# [Your assignment]
Please repeat, from the entries that follow, the lines from the one containing "e57 -e33 -e81]" through the one containing "A parametric FreeCAD" exactly, adding nothing.

# [Items from a dataset]
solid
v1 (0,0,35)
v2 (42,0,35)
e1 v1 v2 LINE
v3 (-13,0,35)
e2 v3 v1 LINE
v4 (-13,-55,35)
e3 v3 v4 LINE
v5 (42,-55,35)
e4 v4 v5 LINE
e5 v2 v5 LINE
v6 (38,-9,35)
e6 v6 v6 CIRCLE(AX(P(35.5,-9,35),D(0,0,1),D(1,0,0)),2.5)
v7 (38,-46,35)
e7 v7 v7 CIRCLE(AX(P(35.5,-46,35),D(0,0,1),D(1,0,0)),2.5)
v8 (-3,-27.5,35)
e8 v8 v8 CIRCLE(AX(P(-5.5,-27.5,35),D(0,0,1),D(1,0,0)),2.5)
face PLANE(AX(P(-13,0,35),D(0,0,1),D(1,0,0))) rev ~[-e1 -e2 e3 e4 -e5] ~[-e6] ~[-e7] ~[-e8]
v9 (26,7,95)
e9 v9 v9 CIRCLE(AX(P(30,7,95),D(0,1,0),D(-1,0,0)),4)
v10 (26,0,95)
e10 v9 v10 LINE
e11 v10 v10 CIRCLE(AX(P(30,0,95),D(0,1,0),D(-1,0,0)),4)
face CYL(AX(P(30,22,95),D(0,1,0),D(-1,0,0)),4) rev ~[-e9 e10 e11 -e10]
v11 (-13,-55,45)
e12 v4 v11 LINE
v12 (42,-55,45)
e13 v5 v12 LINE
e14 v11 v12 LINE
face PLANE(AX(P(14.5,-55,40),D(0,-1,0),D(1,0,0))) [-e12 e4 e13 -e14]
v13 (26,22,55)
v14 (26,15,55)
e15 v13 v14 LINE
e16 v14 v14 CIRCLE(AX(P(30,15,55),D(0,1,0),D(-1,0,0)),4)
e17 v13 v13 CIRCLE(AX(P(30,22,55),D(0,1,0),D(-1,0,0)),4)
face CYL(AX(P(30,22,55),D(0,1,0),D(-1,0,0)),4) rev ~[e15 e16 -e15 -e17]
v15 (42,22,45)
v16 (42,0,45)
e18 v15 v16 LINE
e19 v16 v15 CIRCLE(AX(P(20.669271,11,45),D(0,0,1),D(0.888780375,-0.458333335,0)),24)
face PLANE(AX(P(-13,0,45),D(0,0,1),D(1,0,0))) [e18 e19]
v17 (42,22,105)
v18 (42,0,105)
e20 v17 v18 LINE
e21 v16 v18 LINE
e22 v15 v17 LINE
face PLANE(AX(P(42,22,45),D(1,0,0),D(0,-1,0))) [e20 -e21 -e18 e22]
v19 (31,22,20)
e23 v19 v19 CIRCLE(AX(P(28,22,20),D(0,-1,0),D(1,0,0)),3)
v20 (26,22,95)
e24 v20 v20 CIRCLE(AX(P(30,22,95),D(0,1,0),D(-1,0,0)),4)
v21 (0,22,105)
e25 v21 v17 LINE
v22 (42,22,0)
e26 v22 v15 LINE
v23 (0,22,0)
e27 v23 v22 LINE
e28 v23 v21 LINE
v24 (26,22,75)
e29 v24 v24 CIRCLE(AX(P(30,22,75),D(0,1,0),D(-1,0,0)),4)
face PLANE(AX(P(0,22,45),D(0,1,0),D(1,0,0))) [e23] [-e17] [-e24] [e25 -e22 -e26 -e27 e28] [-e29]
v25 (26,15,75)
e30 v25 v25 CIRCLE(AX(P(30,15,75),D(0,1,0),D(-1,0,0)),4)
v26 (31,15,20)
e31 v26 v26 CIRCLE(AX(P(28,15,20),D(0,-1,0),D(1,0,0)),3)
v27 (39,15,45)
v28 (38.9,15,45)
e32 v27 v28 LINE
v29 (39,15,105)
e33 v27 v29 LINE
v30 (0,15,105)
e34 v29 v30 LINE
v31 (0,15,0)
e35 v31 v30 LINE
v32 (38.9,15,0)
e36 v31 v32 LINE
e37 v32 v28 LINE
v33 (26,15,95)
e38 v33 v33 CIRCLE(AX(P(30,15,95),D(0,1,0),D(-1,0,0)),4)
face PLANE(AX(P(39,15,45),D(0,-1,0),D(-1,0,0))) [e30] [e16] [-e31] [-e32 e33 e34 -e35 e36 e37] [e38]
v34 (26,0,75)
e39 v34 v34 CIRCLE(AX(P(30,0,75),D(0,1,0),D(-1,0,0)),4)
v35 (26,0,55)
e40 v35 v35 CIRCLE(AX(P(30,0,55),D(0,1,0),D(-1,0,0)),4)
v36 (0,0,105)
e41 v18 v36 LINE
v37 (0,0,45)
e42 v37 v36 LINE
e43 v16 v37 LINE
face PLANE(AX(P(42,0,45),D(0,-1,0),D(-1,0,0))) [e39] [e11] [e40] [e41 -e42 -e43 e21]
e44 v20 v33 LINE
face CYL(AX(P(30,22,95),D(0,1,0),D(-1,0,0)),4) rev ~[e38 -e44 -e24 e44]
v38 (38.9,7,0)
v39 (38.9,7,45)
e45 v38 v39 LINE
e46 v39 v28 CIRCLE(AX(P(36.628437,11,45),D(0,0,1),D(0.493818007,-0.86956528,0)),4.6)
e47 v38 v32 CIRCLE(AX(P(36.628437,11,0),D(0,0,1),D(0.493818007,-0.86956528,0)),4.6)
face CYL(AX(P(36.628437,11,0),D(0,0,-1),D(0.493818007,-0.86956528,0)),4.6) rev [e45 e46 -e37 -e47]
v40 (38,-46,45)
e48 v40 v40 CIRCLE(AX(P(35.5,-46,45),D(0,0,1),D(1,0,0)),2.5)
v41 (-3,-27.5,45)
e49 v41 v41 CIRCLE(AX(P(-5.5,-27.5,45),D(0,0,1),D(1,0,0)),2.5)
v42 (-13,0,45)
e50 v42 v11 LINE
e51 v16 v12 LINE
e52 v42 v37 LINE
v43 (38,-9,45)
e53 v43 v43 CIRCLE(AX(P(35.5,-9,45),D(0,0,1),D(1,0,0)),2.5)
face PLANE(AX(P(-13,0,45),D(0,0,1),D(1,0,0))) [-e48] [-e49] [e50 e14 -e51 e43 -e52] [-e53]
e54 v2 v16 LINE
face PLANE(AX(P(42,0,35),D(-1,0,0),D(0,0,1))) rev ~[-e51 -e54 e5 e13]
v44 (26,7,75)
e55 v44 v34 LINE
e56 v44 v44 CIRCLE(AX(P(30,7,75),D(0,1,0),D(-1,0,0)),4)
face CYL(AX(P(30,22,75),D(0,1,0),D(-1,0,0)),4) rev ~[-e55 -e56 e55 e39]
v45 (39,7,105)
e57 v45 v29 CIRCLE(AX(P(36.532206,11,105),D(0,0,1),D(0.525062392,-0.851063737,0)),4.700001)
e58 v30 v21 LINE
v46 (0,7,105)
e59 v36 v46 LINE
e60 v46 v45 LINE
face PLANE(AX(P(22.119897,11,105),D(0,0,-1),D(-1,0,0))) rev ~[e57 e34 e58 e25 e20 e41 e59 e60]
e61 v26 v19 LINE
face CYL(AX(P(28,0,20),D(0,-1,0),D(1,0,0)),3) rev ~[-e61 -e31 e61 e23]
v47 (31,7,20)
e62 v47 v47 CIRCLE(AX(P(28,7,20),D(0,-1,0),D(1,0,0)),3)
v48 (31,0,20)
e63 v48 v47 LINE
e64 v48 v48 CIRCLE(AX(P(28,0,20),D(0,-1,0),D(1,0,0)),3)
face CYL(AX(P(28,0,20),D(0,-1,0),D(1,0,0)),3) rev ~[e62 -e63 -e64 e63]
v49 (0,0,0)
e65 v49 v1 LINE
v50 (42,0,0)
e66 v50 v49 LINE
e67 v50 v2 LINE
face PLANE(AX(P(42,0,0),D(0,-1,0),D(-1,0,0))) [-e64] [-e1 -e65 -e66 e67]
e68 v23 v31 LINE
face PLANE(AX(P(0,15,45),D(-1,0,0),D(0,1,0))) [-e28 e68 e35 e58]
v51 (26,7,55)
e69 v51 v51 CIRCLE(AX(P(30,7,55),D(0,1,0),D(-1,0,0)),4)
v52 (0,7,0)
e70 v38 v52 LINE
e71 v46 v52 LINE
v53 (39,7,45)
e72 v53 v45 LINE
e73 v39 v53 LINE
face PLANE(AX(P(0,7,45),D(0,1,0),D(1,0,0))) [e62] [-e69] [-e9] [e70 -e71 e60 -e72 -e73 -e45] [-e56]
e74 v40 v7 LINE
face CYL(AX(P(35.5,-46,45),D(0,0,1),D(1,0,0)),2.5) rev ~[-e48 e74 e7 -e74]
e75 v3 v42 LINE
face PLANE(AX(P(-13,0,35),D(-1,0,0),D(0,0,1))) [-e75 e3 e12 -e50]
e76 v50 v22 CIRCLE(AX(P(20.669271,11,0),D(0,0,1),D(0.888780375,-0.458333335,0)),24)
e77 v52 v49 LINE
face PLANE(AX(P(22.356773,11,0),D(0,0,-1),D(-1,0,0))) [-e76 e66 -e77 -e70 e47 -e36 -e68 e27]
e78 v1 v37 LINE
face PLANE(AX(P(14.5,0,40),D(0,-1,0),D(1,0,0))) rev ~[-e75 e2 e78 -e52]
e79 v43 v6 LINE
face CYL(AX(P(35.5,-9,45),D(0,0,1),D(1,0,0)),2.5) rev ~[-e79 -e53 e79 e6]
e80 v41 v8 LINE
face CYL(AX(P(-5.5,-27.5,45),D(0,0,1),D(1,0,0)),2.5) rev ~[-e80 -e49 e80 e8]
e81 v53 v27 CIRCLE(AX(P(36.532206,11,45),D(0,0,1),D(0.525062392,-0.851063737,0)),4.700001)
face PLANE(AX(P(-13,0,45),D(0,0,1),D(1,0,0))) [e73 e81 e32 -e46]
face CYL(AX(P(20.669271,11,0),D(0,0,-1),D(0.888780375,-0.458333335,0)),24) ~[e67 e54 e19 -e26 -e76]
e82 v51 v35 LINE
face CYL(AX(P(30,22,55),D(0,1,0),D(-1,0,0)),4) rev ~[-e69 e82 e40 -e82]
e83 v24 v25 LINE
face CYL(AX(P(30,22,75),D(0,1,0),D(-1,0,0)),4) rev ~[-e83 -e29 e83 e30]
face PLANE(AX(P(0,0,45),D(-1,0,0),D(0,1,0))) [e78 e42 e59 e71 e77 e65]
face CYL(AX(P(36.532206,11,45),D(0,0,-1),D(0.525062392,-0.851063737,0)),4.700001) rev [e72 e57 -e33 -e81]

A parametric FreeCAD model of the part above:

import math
import FreeCAD as App
import Part
import Sketcher
from FreeCAD import Vector


def add_polygon(sketch, points):
    """Adds a closed chain of lines whose ends are joined by coincident constraints."""
    first, n = sketch.GeometryCount, len(points)
    for a, b in zip(points, points[1:] + points[:1]):
        sketch.addGeometry(Part.LineSegment(App.Vector(*a, 0), App.Vector(*b, 0)), False)
    for i in range(n):
        sketch.addConstraint(Sketcher.Constraint("Coincident", first + i, 2, first + (i + 1) % n, 1))

doc = App.newDocument("Part")
body = doc.addObject("PartDesign::Body", "Body")

sketch1 = doc.addObject("Sketcher::SketchObject", "Sketch")
body.addObject(sketch1)
sketch1.AttachmentSupport = (doc.XY_Plane, [""])
sketch1.MapMode = "FlatFace"
sketch1.addGeometry([
    Part.LineSegment(Vector(42, 22, 0), Vector(0, 22, 0)),
    Part.LineSegment(Vector(0, 22, 0), Vector(0, 15, 0)),
    Part.LineSegment(Vector(0, 15, 0), Vector(38.9, 15, 0)),
    Part.ArcOfCircle(Part.Circle(Vector(36.6, 11, 0), Vector(0, 0, 1), 4.6), math.radians(-60), math.radians(60)),
    Part.LineSegment(Vector(38.9, 7, 0), Vector(0, 7, 0)),
    Part.LineSegment(Vector(0, 7, 0), Vector(0, 0, 0)),
    Part.LineSegment(Vector(0, 0, 0), Vector(42, 0, 0)),
    Part.ArcOfCircle(Part.Circle(Vector(20.7, 11, 0), Vector(0, 0, 1), 24), math.radians(-27), math.radians(27)),
], False)
sketch1.addConstraint([
    Sketcher.Constraint("Coincident", 0, 2, 1, 1),
    Sketcher.Constraint("Coincident", 1, 2, 2, 1),
    Sketcher.Constraint("Coincident", 2, 2, 3, 2),
    Sketcher.Constraint("Coincident", 3, 1, 4, 1),
    Sketcher.Constraint("Coincident", 4, 2, 5, 1),
    Sketcher.Constraint("Coincident", 5, 2, 6, 1),
    Sketcher.Constraint("Coincident", 6, 2, 7, 1),
    Sketcher.Constraint("Coincident", 7, 2, 0, 1),
    Sketcher.Constraint("Horizontal", 0),
    Sketcher.Constraint("Vertical", 1),
    Sketcher.Constraint("Horizontal", 2),
    Sketcher.Constraint("Horizontal", 4),
    Sketcher.Constraint("Vertical", 5),
    Sketcher.Constraint("Horizontal", 6),
    Sketcher.Constraint("Coincident", 5, 2, -1, 1),
    Sketcher.Constraint("PointOnObject", 0, 2, -2),
    Sketcher.Constraint("Horizontal", 3, 3, 7, 3),
    Sketcher.Constraint("Vertical", 2, 2, 3, 1),
    Sketcher.Constraint("Vertical", 6, 2, 7, 2),
    Sketcher.Constraint("Radius", 7, 24.0),
    Sketcher.Constraint("Radius", 3, 4.6),
    Sketcher.Constraint("DistanceX", 0, 2, 0, 1, 42.0),
    Sketcher.Constraint("DistanceY", 1, 2, 1, 1, 7.0),
    Sketcher.Constraint("DistanceX", 2, 1, 2, 2, 38.9),
    Sketcher.Constraint("DistanceY", -1, 1, 3, 3, 11.0),
])
pad1 = doc.addObject("PartDesign::Pad", "Pad")
body.addObject(pad1)
pad1.Profile = sketch1
pad1.Length = 45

# [Answer section]
face CYL(AX(P(36.532206,11,45),D(0,0,-1),D(0.525062392,-0.851063737,0)),4.700001) rev [e72 e57 -e33 -e81]

A parametric FreeCAD model of the part above:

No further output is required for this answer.